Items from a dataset
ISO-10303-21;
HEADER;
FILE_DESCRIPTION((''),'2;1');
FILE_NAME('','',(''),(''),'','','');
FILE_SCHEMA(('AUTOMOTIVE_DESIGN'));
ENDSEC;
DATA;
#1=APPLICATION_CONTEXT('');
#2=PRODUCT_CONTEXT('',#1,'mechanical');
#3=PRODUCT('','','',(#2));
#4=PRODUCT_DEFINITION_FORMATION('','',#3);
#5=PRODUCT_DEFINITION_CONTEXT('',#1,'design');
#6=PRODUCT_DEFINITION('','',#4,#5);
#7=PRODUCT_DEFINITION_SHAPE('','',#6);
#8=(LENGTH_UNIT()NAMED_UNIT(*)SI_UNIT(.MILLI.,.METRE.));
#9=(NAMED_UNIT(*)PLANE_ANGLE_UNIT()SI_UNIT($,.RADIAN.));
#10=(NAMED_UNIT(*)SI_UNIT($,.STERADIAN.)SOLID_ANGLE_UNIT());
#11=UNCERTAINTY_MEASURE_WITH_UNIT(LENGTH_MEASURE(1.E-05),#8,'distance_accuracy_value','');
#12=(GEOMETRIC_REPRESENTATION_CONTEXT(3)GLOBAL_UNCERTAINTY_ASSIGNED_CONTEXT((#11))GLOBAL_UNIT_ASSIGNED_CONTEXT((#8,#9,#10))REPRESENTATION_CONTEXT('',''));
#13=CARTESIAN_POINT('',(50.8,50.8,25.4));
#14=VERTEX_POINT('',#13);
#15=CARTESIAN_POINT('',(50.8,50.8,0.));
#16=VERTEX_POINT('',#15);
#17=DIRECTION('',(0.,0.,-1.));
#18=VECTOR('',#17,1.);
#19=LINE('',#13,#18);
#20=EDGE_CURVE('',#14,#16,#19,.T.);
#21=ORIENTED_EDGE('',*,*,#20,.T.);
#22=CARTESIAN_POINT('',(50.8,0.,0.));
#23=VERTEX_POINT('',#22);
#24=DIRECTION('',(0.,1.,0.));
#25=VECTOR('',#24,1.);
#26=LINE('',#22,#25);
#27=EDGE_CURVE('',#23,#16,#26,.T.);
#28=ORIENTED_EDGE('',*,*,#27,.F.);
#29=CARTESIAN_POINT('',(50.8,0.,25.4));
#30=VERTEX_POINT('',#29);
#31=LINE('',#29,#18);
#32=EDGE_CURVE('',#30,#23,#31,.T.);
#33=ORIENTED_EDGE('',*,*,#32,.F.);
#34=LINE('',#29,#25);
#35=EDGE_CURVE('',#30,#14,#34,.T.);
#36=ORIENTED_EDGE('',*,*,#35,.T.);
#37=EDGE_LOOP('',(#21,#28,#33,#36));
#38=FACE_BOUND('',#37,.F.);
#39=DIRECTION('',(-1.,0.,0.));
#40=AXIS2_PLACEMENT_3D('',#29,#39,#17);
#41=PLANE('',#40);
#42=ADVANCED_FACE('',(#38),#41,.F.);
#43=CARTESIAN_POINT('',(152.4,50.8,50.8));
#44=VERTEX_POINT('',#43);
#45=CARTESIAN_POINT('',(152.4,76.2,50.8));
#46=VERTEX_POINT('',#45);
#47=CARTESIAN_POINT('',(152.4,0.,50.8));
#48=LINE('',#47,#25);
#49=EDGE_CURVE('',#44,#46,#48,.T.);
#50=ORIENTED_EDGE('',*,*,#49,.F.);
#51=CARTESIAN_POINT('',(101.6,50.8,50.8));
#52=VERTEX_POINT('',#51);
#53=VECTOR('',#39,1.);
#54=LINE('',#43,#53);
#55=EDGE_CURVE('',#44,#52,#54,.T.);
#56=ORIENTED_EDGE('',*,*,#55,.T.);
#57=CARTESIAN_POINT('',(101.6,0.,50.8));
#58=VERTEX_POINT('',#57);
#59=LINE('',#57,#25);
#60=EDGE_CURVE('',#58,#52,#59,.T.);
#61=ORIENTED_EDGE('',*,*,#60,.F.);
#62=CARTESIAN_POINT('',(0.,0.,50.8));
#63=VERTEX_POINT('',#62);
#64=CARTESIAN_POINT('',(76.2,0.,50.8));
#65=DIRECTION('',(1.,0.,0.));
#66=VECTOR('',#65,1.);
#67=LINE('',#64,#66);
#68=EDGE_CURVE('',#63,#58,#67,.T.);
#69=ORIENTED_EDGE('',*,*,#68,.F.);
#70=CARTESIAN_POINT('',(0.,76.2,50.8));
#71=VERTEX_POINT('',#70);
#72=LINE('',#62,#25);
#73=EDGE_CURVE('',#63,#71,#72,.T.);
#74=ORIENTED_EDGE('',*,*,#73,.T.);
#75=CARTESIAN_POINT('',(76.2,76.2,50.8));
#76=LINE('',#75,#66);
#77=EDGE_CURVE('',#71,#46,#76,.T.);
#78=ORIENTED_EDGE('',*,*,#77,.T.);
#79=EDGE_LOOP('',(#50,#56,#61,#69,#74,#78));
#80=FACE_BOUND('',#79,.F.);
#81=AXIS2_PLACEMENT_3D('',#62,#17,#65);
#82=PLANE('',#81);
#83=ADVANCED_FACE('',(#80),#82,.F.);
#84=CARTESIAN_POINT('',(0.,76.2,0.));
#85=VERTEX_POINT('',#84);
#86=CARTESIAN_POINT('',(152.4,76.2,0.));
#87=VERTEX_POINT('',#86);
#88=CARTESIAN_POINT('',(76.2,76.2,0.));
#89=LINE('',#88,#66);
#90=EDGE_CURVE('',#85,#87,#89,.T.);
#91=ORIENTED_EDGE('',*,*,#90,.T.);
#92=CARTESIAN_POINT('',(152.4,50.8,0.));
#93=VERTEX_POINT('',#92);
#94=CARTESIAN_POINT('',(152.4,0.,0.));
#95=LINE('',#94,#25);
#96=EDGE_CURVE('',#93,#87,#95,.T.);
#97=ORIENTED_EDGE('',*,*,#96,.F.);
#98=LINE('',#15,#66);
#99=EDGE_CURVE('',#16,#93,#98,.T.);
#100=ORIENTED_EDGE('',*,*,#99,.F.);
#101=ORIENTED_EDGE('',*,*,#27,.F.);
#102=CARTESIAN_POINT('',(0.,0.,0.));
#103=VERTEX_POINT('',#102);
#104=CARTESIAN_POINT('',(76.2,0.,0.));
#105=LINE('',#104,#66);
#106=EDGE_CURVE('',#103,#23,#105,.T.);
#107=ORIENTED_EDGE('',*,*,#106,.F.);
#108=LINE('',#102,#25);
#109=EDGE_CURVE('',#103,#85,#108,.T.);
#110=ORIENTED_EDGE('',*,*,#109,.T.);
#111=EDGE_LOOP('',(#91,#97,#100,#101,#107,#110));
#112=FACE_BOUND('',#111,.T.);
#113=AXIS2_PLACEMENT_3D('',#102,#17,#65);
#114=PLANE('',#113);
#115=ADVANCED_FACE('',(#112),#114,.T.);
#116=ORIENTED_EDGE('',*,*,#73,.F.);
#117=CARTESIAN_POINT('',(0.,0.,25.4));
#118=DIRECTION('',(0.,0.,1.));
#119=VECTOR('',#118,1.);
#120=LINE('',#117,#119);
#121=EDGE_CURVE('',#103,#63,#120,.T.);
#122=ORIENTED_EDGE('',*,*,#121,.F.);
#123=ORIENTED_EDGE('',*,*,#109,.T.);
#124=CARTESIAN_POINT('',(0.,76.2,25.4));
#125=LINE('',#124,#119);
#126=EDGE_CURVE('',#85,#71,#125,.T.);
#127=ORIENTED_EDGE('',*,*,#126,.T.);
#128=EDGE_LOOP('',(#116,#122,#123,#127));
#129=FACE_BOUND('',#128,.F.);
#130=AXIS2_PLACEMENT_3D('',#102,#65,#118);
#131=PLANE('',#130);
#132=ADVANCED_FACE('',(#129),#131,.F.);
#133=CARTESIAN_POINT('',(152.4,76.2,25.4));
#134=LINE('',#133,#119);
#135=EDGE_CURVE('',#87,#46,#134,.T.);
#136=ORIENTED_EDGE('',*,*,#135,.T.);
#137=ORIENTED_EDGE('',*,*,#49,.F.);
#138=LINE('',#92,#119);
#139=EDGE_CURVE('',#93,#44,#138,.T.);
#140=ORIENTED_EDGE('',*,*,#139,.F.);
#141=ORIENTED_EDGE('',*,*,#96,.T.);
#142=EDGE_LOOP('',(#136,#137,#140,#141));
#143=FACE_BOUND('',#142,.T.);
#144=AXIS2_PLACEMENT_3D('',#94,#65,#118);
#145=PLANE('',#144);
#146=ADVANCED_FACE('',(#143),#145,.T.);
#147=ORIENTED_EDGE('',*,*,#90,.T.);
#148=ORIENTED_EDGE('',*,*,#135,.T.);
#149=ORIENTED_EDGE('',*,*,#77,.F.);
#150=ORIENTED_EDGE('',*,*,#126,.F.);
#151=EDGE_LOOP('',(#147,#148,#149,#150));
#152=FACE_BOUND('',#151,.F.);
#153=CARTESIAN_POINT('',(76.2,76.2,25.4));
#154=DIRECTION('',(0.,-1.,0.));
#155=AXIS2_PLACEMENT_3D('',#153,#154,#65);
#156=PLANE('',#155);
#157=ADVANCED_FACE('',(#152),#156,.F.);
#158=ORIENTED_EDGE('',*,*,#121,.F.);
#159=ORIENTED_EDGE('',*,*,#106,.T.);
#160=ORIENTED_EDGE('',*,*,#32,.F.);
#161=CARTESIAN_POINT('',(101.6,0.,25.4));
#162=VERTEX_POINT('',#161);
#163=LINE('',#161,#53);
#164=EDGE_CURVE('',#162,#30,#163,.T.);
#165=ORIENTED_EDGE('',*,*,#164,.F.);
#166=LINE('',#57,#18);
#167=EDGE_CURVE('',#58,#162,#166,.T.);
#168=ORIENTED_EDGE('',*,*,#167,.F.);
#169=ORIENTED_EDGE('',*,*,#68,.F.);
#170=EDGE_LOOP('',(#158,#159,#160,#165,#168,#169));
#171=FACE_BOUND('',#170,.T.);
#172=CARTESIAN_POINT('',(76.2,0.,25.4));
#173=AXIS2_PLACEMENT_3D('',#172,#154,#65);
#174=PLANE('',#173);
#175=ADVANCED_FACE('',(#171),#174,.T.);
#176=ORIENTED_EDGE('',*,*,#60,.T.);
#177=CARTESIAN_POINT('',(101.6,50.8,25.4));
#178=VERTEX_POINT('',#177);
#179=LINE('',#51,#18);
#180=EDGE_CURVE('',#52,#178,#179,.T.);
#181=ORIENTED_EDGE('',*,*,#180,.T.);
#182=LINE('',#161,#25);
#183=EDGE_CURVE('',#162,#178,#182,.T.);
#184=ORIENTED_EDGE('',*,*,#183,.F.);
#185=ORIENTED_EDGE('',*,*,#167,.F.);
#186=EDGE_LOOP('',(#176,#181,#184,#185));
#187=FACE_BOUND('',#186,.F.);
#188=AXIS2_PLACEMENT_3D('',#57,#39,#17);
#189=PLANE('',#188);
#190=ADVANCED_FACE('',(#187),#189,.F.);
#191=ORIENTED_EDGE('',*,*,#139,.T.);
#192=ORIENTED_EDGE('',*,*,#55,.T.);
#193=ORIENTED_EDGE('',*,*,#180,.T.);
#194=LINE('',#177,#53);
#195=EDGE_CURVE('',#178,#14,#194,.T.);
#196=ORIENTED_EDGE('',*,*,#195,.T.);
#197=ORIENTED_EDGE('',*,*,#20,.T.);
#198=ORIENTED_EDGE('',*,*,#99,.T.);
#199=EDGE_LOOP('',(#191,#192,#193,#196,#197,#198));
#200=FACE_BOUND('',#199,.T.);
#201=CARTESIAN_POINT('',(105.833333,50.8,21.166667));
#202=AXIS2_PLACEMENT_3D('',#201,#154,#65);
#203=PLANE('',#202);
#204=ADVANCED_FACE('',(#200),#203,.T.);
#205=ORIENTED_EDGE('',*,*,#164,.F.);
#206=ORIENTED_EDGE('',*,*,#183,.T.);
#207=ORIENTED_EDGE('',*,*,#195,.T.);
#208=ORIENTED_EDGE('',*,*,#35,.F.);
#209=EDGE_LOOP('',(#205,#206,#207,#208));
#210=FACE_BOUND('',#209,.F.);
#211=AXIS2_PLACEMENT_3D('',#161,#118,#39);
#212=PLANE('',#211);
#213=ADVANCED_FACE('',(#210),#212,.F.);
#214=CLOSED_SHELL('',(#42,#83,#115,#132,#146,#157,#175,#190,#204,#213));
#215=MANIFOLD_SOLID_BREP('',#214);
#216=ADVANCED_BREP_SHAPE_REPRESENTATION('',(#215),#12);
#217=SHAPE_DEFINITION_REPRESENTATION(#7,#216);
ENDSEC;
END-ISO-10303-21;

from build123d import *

# Parameters (mm, degrees)
F0_W     = 152.4
F0_H     = 50.8
F1_DEPTH = 76.2
F3_DEPTH = 50.8


with BuildPart() as f1:
    # F0 (on Front) → F1 (new body)
    with BuildSketch(Plane.XZ):
        with Locations((76.2, 25.4)):
            Rectangle(F0_W, F0_H)
    extrude(amount=-F1_DEPTH)

    # F2 (on Front) → F3 (cut)
    with BuildSketch(Plane.XZ):
        Polygon((50.8, 25.4), (50.8, 0), (152.4, 0), (152.4, 50.8), (101.6, 50.8), (101.6, 25.4), align=None)
    extrude(amount=-F3_DEPTH, mode=Mode.SUBTRACT)


solid = f1.part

Exercise description: Could you write out, exactly as they stand, only the lines above that begin at the line with "#168=ORIENTED_EDGE('',*,*,#167,.F.);" and stop after the line with "END-ISO-10303-21;"?

Answer:
#168=ORIENTED_EDGE('',*,*,#167,.F.);
#169=ORIENTED_EDGE('',*,*,#68,.F.);
#170=EDGE_LOOP('',(#158,#159,#160,#165,#168,#169));
#171=FACE_BOUND('',#170,.T.);
#172=CARTESIAN_POINT('',(76.2,0.,25.4));
#173=AXIS2_PLACEMENT_3D('',#172,#154,#65);
#174=PLANE('',#173);
#175=ADVANCED_FACE('',(#171),#174,.T.);
#176=ORIENTED_EDGE('',*,*,#60,.T.);
#177=CARTESIAN_POINT('',(101.6,50.8,25.4));
#178=VERTEX_POINT('',#177);
#179=LINE('',#51,#18);
#180=EDGE_CURVE('',#52,#178,#179,.T.);
#181=ORIENTED_EDGE('',*,*,#180,.T.);
#182=LINE('',#161,#25);
#183=EDGE_CURVE('',#162,#178,#182,.T.);
#184=ORIENTED_EDGE('',*,*,#183,.F.);
#185=ORIENTED_EDGE('',*,*,#167,.F.);
#186=EDGE_LOOP('',(#176,#181,#184,#185));
#187=FACE_BOUND('',#186,.F.);
#188=AXIS2_PLACEMENT_3D('',#57,#39,#17);
#189=PLANE('',#188);
#190=ADVANCED_FACE('',(#187),#189,.F.);
#191=ORIENTED_EDGE('',*,*,#139,.T.);
#192=ORIENTED_EDGE('',*,*,#55,.T.);
#193=ORIENTED_EDGE('',*,*,#180,.T.);
#194=LINE('',#177,#53);
#195=EDGE_CURVE('',#178,#14,#194,.T.);
#196=ORIENTED_EDGE('',*,*,#195,.T.);
#197=ORIENTED_EDGE('',*,*,#20,.T.);
#198=ORIENTED_EDGE('',*,*,#99,.T.);
#199=EDGE_LOOP('',(#191,#192,#193,#196,#197,#198));
#200=FACE_BOUND('',#199,.T.);
#201=CARTESIAN_POINT('',(105.833333,50.8,21.166667));
#202=AXIS2_PLACEMENT_3D('',#201,#154,#65);
#203=PLANE('',#202);
#204=ADVANCED_FACE('',(#200),#203,.T.);
#205=ORIENTED_EDGE('',*,*,#164,.F.);
#206=ORIENTED_EDGE('',*,*,#183,.T.);
#207=ORIENTED_EDGE('',*,*,#195,.T.);
#208=ORIENTED_EDGE('',*,*,#35,.F.);
#209=EDGE_LOOP('',(#205,#206,#207,#208));
#210=FACE_BOUND('',#209,.F.);
#211=AXIS2_PLACEMENT_3D('',#161,#118,#39);
#212=PLANE('',#211);
#213=ADVANCED_FACE('',(#210),#212,.F.);
#214=CLOSED_SHELL('',(#42,#83,#115,#132,#146,#157,#175,#190,#204,#213));
#215=MANIFOLD_SOLID_BREP('',#214);
#216=ADVANCED_BREP_SHAPE_REPRESENTATION('',(#215),#12);
#217=SHAPE_DEFINITION_REPRESENTATION(#7,#216);
ENDSEC;
END-ISO-10303-21;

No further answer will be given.